TASK INSTRUCTIONS:
Consider the entries given below. Count the lines that include "BuildSketch" and give only the count.

━━━ PROVIDED INFORMATION

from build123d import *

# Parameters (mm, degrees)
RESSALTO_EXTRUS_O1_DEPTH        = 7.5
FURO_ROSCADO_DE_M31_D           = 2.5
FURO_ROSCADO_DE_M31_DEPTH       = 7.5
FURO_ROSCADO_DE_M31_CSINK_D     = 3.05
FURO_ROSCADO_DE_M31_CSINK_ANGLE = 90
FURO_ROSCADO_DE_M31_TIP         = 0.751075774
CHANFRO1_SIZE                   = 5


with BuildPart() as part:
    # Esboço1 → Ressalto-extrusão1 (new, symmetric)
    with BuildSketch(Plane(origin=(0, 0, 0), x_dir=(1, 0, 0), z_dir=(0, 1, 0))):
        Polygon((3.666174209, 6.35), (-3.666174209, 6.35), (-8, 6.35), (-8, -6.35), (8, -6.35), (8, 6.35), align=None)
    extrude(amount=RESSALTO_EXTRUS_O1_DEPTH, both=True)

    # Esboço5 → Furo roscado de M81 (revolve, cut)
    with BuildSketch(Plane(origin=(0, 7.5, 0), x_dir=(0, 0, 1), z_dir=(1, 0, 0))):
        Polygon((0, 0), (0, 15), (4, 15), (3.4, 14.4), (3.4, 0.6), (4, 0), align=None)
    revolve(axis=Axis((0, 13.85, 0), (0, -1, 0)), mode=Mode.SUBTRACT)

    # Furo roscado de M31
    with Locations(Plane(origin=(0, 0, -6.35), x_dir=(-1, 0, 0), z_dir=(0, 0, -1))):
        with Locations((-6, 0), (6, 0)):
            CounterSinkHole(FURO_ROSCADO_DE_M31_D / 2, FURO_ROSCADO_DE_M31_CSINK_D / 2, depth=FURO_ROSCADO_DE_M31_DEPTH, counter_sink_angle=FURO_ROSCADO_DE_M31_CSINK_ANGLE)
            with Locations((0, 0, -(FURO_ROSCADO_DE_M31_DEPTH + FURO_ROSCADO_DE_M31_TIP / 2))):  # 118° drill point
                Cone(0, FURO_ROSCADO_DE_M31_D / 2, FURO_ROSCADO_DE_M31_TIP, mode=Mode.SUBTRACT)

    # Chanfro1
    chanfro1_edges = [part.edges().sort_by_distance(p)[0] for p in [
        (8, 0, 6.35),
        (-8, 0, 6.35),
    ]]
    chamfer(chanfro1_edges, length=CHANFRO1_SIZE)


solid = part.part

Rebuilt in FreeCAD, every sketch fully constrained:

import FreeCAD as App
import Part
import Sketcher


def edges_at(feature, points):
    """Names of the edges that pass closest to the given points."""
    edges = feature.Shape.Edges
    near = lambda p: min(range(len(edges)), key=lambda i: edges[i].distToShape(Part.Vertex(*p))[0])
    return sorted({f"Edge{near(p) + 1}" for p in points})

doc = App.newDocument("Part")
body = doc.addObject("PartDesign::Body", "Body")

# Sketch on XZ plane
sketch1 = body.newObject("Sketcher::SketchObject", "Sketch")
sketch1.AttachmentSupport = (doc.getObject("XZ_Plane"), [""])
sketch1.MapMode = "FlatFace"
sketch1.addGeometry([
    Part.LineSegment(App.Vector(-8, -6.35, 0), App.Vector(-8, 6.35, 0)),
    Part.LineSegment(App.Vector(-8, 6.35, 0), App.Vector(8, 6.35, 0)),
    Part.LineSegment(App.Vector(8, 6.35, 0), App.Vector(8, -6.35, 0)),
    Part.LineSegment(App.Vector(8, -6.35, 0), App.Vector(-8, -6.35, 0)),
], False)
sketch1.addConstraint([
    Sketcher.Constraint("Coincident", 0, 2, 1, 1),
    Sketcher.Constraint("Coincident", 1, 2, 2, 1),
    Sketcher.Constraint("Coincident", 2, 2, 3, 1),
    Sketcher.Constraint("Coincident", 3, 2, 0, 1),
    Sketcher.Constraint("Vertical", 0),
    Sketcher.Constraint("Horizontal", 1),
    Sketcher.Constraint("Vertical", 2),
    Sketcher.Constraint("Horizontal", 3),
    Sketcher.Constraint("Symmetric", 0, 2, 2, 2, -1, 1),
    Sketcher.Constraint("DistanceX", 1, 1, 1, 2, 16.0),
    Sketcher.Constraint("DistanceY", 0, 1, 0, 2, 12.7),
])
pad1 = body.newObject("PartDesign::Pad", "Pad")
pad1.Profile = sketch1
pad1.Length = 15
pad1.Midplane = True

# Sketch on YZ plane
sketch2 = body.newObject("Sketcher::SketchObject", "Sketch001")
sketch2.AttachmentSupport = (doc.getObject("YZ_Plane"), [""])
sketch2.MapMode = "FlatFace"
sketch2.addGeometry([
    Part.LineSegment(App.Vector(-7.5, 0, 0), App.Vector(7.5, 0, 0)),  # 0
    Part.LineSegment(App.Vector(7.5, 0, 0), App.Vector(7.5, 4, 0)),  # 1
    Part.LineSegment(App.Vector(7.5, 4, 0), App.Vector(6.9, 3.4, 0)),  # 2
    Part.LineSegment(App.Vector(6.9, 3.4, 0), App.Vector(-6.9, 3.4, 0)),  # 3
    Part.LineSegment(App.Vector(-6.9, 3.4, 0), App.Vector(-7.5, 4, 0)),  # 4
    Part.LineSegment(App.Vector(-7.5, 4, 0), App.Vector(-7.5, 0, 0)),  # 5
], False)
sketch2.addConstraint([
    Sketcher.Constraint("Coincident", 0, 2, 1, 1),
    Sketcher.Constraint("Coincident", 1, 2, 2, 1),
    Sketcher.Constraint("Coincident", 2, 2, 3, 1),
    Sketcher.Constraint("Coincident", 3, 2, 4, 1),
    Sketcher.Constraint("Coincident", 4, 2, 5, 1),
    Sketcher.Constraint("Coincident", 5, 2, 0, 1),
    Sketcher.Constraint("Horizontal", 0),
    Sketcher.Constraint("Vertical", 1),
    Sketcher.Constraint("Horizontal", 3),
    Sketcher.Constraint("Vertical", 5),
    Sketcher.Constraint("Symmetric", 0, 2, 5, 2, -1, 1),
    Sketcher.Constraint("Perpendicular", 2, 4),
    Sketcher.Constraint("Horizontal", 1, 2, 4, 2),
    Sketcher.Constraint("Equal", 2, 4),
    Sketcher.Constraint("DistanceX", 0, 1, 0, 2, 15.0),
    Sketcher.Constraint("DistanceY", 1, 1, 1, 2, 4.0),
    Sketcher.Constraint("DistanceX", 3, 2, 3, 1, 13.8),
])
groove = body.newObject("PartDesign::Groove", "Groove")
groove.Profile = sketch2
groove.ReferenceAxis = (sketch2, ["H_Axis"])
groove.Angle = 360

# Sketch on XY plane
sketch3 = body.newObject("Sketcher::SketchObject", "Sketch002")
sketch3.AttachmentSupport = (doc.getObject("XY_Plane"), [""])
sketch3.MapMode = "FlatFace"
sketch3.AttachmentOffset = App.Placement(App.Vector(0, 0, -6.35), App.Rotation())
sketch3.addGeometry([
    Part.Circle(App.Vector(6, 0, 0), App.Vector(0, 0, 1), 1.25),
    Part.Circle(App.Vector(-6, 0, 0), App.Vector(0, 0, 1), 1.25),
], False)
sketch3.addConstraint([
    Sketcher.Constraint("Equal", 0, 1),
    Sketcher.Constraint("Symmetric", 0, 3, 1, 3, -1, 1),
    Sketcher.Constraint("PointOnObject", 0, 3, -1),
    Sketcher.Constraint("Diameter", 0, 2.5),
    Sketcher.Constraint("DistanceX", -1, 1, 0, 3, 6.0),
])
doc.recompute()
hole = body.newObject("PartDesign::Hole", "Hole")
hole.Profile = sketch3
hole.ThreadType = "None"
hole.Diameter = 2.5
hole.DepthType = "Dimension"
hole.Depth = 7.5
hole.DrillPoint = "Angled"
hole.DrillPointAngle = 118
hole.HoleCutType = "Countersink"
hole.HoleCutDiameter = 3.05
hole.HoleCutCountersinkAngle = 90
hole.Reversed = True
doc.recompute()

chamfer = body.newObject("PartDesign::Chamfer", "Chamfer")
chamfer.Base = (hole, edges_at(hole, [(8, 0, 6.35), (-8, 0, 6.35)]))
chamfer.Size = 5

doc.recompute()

━━━━━━

EXPECTED ANSWER:
2